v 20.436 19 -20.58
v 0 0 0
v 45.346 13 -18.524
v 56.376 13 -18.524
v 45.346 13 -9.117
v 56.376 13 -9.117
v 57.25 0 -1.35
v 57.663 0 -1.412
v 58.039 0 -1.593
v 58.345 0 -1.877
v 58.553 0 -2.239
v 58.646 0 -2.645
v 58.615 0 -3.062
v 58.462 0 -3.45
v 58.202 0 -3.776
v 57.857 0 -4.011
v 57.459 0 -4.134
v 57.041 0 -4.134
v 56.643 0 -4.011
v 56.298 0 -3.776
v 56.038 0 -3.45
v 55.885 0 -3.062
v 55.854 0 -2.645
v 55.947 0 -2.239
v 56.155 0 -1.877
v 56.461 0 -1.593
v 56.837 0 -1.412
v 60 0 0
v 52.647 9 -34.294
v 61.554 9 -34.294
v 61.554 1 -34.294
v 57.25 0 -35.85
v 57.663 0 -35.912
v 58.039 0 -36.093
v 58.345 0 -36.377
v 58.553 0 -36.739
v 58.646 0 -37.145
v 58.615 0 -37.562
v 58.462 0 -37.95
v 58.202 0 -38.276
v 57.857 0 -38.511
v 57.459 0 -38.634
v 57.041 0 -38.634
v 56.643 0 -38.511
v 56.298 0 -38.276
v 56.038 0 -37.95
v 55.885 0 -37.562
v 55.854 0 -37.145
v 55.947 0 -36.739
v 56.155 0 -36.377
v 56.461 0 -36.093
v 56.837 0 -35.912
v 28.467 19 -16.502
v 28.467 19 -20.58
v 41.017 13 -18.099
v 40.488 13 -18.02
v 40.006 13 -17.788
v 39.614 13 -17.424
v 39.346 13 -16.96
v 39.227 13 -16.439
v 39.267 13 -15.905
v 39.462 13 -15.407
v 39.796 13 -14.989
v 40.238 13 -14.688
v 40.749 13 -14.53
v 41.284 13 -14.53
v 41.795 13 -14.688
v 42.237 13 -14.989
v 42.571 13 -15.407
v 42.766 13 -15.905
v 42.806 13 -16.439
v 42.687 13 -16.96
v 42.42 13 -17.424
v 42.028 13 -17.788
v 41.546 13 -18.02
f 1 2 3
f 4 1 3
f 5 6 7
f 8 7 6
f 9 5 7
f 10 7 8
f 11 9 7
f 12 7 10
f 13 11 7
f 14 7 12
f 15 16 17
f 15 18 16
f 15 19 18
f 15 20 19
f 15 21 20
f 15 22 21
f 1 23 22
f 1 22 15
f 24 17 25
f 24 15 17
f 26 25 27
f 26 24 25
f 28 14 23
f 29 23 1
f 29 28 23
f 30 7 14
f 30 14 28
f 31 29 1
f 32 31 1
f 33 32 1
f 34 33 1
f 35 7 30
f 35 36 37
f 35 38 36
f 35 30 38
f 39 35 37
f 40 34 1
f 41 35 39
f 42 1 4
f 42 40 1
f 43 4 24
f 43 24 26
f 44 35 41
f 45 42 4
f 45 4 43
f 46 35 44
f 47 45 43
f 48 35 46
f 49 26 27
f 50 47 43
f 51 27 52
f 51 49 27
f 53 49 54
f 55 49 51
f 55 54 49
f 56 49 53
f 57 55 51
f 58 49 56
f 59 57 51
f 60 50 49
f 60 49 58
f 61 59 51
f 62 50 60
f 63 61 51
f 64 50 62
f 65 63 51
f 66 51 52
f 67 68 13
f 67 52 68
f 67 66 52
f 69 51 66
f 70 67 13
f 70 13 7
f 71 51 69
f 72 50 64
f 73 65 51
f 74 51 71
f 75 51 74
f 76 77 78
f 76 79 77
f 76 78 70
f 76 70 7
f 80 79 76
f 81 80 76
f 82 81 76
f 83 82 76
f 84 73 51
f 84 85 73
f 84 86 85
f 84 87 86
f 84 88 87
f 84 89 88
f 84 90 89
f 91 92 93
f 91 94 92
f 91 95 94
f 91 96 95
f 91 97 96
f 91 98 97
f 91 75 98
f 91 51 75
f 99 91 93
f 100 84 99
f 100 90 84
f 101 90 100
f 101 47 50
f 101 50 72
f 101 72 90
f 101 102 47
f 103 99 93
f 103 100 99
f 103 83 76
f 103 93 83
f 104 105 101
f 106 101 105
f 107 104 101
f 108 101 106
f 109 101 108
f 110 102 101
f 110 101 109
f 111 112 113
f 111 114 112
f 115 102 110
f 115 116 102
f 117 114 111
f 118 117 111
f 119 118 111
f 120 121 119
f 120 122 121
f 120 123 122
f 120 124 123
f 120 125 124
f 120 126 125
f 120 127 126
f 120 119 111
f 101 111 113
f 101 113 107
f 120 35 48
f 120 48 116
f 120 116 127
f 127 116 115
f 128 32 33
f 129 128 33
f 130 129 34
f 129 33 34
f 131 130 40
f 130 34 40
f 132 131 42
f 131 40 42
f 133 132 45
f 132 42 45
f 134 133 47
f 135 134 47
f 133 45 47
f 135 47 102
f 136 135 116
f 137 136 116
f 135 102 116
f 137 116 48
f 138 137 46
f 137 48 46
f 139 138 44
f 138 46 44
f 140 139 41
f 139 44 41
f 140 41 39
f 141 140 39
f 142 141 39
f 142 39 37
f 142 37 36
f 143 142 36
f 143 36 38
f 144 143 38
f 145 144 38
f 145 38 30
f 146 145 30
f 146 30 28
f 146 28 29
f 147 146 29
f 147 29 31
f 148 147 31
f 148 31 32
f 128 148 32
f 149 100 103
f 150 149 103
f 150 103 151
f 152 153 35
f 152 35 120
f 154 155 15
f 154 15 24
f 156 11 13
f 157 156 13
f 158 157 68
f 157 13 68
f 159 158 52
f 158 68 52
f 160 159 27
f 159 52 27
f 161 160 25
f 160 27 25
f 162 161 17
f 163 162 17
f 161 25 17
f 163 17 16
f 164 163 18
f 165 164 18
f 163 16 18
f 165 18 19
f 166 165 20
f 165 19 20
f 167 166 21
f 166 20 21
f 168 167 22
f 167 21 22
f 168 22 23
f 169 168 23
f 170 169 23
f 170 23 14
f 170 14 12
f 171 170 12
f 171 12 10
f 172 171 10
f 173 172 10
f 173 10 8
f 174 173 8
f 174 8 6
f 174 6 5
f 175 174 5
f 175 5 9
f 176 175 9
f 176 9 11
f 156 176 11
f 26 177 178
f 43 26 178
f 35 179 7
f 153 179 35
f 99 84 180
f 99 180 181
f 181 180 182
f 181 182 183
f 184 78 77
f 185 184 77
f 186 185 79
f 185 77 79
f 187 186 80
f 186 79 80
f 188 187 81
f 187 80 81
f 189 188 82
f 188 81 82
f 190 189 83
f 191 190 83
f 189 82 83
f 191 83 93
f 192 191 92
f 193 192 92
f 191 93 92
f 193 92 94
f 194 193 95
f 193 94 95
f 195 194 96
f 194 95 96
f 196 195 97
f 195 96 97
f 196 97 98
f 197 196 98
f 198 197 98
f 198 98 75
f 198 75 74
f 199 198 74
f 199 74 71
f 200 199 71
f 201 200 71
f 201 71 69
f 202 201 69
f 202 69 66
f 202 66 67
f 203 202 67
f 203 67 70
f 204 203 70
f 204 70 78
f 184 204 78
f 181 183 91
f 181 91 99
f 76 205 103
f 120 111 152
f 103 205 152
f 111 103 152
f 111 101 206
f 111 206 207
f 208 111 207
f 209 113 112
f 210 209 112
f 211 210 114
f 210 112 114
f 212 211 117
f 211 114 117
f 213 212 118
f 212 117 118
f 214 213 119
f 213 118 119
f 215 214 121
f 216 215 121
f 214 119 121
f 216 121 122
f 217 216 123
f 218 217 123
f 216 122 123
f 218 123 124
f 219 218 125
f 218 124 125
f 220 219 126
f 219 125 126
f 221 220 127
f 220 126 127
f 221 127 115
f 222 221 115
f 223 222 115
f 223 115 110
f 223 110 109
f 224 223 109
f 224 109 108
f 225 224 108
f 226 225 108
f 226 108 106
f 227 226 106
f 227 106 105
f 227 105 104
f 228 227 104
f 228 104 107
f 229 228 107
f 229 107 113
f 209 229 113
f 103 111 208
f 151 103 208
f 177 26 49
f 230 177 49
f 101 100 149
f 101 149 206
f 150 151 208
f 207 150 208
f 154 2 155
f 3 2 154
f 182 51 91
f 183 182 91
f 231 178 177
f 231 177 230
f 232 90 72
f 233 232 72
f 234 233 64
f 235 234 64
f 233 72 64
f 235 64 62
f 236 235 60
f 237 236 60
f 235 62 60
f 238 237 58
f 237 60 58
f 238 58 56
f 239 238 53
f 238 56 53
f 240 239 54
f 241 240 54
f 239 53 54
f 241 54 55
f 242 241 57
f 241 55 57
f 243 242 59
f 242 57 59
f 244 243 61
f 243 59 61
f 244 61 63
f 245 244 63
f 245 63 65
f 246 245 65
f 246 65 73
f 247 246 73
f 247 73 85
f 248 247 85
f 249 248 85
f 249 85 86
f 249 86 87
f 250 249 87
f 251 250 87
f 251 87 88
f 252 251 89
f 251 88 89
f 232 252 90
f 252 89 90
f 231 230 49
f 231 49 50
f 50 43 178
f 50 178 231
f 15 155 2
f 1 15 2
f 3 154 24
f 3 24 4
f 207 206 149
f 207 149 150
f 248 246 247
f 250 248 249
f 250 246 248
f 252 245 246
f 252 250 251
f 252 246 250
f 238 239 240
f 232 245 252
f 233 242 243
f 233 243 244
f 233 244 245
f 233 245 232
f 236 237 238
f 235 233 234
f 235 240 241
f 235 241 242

--------------------

Instructions to follow — Using the listing above, print the line containing "f 50 43 178" and every line after it exactly, up to and including the last.

Exercise response —
f 50 43 178
f 50 178 231
f 15 155 2
f 1 15 2
f 3 154 24
f 3 24 4
f 207 206 149
f 207 149 150
f 248 246 247
f 250 248 249
f 250 246 248
f 252 245 246
f 252 250 251
f 252 246 250
f 238 239 240
f 232 245 252
f 233 242 243
f 233 243 244
f 233 244 245
f 233 245 232
f 236 237 238
f 235 233 234
f 235 240 241
f 235 241 242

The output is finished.